Sadly, I couldn't agree more strongly. I've been following the permafrost issue pretty closely over on The Cost of Energy (which is where the links below all point), and the news isn't comforting.

There was a recent study that concluded that there's twice as much carbon in permafrost as previously estimated, a total of about 1.5 trillion tons. (See Permafrost = permafrost * 2)

As I posted just today (Methane checkpoint), the level of methane in the atmosphere continues to rise after having plateaued, approximately, for a few years. It's far too early to claim this is the permafrost bomb going off, but whatever the source I wish that extra methane would stop appearing in the numbers.

Defrosting permafrost (nolongerfrost?) is being cited as one possible explanation for the recent finding that only about half of the PETM warming 55 million years ago can be explained by atmospheric CO2 levels. (See Permafrost’s shadow)

Warning! Speculation follows: I think we're just now figuring out what an enormous influence the permafrost can have on climate. E.g. it grows thick with biomass in warm periods, lowering CO2 and therefore temperature, until it freezes year round. When something else jostle the system (orbital perturbations, whatever), then just a little warming (like our current 0.8C over preindustrial times) is enough to start defrosting it during summers, which quickly leads to a massive feedback and warming.

If it turns out we've triggered that kind of feedback, something we won't know for at least a few more years, then we're in more trouble than we can imagine.

Your "speculation" is actually pretty well supported by everything I've read on the subject. Peter Ward's "Under a Green Sky" is quite good on these paleoclimate issues.

Basically it turns out that direct AGW, bad as it's direct consequences are already, turns out to be a minor concern compared to the multiple feedbacks it has/is/will be setting off, multiplying it's effects many times.

Some monitoring stations in the far north are showing some of the most dramatic rises in non-C13 (=non-abiotic) methane, suggesting that tundra melt/clathrate release is now contributing significantly to atmospheric methane.

The significance of methyl clathrates (aka methane hydrates, fire ice, etc) for climate destabilization is not IMO about their banks' total scale so much as their propensity to collapse and release CH4 under minor changes.

This is because the planetary carbon sinks, whose intake has varied annually between about 1.4 and 3.2 GTC, may be swamped (offset) by a miniscule fraction of the global Hydrates stock, particularly given the >22-fold greater warming influence of CH4 than CO2.
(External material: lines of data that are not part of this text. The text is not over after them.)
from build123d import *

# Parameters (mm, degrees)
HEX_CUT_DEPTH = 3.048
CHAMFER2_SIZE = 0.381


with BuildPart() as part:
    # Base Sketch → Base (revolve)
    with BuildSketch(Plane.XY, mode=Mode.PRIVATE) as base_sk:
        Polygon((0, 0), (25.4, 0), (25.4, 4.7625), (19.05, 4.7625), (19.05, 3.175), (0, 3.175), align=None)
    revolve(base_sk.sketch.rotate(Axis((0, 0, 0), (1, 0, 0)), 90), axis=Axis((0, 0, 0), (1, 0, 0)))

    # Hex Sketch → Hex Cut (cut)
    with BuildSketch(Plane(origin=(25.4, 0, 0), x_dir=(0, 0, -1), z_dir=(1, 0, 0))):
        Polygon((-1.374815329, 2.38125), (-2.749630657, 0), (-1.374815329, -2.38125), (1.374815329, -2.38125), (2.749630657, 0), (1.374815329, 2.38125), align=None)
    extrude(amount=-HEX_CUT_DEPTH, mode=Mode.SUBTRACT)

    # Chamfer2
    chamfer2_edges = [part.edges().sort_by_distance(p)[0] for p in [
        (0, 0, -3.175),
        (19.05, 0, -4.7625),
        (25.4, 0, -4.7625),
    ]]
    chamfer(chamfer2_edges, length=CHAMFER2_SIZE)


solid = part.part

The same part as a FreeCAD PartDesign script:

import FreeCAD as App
import Part
import Sketcher
from FreeCAD import Vector
Q = App.Units.Quantity


def edges_at(feature, points):
    """Names of the edges that pass closest to the given points."""
    edges = feature.Shape.Edges
    near = lambda p: min(range(len(edges)), key=lambda i: edges[i].distToShape(Part.Vertex(*p))[0])
    return sorted({f"Edge{near(p) + 1}" for p in points})


def add_polygon(sketch, points):
    """Adds a closed chain of lines whose ends are joined by coincident constraints."""
    first, n = sketch.GeometryCount, len(points)
    for a, b in zip(points, points[1:] + points[:1]):
        sketch.addGeometry(Part.LineSegment(App.Vector(*a, 0), App.Vector(*b, 0)), False)
    for i in range(n):
        sketch.addConstraint(Sketcher.Constraint("Coincident", first + i, 2, first + (i + 1) % n, 1))

doc = App.newDocument("Part")
body = doc.addObject("PartDesign::Body", "Body")

sketch1 = doc.addObject("Sketcher::SketchObject", "Sketch")
body.addObject(sketch1)
sketch1.AttachmentSupport = (doc.XY_Plane, [""])
sketch1.MapMode = "FlatFace"
add_polygon(sketch1, [(0, 0), (25.4, 0), (25.4, 4.8), (19.1, 4.8), (19.1, 3.2), (0, 3.2)])
sketch1.addConstraint([
    Sketcher.Constraint("Horizontal", 0),
    Sketcher.Constraint("Vertical", 1),
    Sketcher.Constraint("Horizontal", 2),
    Sketcher.Constraint("Vertical", 3),
    Sketcher.Constraint("Horizontal", 4),
    Sketcher.Constraint("Vertical", 5),
    Sketcher.Constraint("Coincident", 5, 2, -1, 1),
    Sketcher.Constraint("DistanceX", 0, 1, 0, 2, Q("1 in")),
    Sketcher.Constraint("DistanceX", 2, 2, 2, 1, Q("0.25 in")),
    Sketcher.Constraint("DistanceY", 1, 1, 1, 2, Q("0.1875 in")),
    Sketcher.Constraint("DistanceY", 3, 2, 3, 1, Q("0.0625 in")),
])
revolution = doc.addObject("PartDesign::Revolution", "Revolution")
body.addObject(revolution)
revolution.Profile = sketch1
revolution.ReferenceAxis = (sketch1, ["H_Axis"])
revolution.Angle = 360

sketch2 = doc.addObject("Sketcher::SketchObject", "Sketch001")
body.addObject(sketch2)
sketch2.AttachmentSupport = (doc.YZ_Plane, [""])
sketch2.MapMode = "FlatFace"
sketch2.AttachmentOffset = App.Placement(Vector(0, 0, 1 * 25.4), App.Rotation())
add_polygon(sketch2, [(2.4, 1.4), (0, 2.7), (-2.4, 1.4), (-2.4, -1.4), (0, -2.7), (2.4, -1.4)])
sketch2.addConstraint([
    Sketcher.Constraint("Vertical", 2),
    Sketcher.Constraint("Vertical", 5),
    Sketcher.Constraint("Symmetric", 0, 2, 3, 2, -1, 1),
    Sketcher.Constraint("Symmetric", 1, 2, 4, 2, -1, 1),
    Sketcher.Constraint("PointOnObject", 0, 2, -2),
    Sketcher.Constraint("Parallel", 0, 3),
    Sketcher.Constraint("Horizontal", 2, 2, 4, 2),
    Sketcher.Constraint("Angle", 0, Q("150 deg")),
    Sketcher.Constraint("DistanceX", 1, 2, -1, 1, Q("0.09375 in")),
    Sketcher.Constraint("DistanceY", 2, 2, 2, 1, Q("2.749631 mm")),
])
pocket1 = doc.addObject("PartDesign::Pocket", "Pocket")
body.addObject(pocket1)
pocket1.Profile = sketch2
pocket1.Length = Q("0.12 in")
doc.recompute()

chamfer = doc.addObject("PartDesign::Chamfer", "Chamfer")
body.addObject(chamfer)
chamfer.Base = (pocket1, edges_at(pocket1, [(0, 0, -3.175), (19.05, 0, -4.763), (25.4, 0, -4.763)]))
chamfer.Size = Q("0.015 in")

doc.recompute()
For a round number baseline, the sinks' annual removal of 2.0 GTC would mean sequestering about : 2.0 x 11/3 = 7.33 GT CO2,
whose removed warming impact would be replaced by just : 7.33 / '22' = 0.33 GT CH4,
whose actual Carbon content would in turn be a mere :0.33 x 3/4 = 0.248 GTC.

Thus the Hydrates' release in one year of 0.248 GTC in the form of CH4 could definitively overwhelm the planet's carbon sinks, launching the catastrophic 'runaway' greenhouse, whereupon any and all cuts in anthro GHG output would no longer be effective.
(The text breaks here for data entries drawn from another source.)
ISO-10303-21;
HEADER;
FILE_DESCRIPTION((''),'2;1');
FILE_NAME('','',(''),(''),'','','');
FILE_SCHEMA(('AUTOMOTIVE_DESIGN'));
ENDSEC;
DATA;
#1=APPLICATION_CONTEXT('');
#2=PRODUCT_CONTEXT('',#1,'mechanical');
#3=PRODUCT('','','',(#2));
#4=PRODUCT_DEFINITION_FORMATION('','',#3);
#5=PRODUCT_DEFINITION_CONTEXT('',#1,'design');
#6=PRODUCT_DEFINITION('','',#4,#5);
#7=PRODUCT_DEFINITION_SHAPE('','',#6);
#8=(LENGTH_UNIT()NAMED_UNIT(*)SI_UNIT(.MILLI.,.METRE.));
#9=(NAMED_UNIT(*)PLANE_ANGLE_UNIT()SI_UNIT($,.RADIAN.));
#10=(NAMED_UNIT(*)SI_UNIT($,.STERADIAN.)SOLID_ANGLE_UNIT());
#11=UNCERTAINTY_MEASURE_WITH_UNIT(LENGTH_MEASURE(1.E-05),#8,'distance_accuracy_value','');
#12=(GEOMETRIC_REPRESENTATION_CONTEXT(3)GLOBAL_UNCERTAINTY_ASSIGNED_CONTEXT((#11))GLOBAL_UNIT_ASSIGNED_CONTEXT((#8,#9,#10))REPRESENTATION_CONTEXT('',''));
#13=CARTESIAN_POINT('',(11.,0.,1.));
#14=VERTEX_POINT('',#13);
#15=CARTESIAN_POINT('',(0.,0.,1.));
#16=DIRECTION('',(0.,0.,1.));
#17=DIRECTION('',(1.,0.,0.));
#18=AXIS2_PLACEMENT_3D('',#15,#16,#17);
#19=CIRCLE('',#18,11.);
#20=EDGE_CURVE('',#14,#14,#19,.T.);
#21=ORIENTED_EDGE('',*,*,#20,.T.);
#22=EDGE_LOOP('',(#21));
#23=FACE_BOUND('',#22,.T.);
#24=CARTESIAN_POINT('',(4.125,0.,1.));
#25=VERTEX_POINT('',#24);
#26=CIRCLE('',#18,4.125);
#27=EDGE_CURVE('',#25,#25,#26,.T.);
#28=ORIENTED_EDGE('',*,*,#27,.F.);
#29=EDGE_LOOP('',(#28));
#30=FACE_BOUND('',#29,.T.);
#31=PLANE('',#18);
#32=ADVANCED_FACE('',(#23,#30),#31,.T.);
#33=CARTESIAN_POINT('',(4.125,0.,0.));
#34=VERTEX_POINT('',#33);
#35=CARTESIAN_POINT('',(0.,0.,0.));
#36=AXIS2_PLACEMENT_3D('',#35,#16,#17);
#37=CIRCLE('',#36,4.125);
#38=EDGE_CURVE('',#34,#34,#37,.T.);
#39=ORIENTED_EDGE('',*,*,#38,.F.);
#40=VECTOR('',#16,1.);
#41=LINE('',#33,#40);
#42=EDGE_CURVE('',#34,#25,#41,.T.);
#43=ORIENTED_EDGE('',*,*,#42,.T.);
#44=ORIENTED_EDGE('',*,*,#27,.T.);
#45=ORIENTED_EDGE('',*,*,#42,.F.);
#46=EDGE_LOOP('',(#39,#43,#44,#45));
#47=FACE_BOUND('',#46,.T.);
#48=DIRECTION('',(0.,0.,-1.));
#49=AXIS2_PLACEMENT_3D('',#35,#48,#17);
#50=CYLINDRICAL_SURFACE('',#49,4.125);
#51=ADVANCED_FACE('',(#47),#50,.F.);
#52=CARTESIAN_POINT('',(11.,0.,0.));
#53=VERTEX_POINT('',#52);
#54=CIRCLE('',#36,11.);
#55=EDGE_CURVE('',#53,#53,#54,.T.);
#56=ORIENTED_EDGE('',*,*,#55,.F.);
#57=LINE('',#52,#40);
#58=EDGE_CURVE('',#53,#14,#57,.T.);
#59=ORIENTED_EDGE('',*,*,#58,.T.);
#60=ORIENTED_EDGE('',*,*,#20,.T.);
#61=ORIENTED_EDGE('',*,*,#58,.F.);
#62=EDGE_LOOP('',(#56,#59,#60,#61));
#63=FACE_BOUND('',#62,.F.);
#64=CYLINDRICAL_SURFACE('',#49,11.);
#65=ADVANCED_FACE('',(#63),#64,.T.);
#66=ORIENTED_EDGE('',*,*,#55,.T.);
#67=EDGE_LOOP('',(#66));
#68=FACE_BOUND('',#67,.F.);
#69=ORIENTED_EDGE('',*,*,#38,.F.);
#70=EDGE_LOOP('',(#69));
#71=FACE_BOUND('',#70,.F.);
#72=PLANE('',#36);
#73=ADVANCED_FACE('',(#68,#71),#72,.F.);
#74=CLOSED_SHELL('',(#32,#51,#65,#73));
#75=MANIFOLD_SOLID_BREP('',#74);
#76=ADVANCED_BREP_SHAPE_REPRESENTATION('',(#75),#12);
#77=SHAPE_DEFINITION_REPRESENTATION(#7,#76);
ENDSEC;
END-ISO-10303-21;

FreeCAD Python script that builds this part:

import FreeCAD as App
import Part
import Sketcher

V = App.Vector
Q = App.Units.Quantity

doc = App.newDocument("Part")
body = doc.addObject("PartDesign::Body", "Body")

sketch1 = doc.addObject("Sketcher::SketchObject", "Sketch")
body.addObject(sketch1)
sketch1.AttachmentSupport = (doc.XY_Plane, [""])
sketch1.MapMode = "FlatFace"
sketch1.addGeometry([
    Part.Circle(V(0, 0, 0), V(0, 0, 1), 11),
    Part.Circle(V(0, 0, 0), V(0, 0, 1), 4.1),
], False)
sketch1.addConstraint([
    Sketcher.Constraint("Coincident", 0, 3, -1, 1),
    Sketcher.Constraint("Coincident", 1, 3, -1, 1),
    Sketcher.Constraint("Diameter", 0, Q("22 mm")),
    Sketcher.Constraint("Diameter", 1, Q("8.25 mm")),
])
pad1 = doc.addObject("PartDesign::Pad", "Pad")
body.addObject(pad1)
pad1.Profile = sketch1
pad1.Length = 1

doc.recompute()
Given estimates of 1,500 GTC in permafrost, and another 500 to 3,000 in the seabed Hydrates, 0.248 GTC release per year as CH4 is a tiny fraction to pose such an existential threat.
The Hydrate banks' actual volume is thus largely irrelavent : what matters is their instability at the margins of their most vulnerable areas.

And that includes vulnerability to disturbance by commercial exploitation.

Regards,

Backstop

It's much worse than that, actually. The 22xCO2eq number you cite is for 100 year time frame. But most of the methane remains in the atmosphere for a few years, this number is misleading. I've seen figures over 70 times CO2 for decade periods, and over 100 times for seven year periods (the point at which fifty percent of the methane remains in the atmosphere, as I recall).

So pick your figure. It's not going to take a huge portion of the clathrates to be disturbed or melted to overwhelm sinks. keep in mind that much of the clathrate that has been studied in the Arctic Ocean is in a state where a very small increase in temperature will turn it to gas, and much is in quite shallow waters only a few meters deep along the continental shelf.

Poking around in this stuff to get a short term profit/energy boost strikes me as colossal and suicidal idiocy, even by modern industrial capitalism's very low standards of idiocy.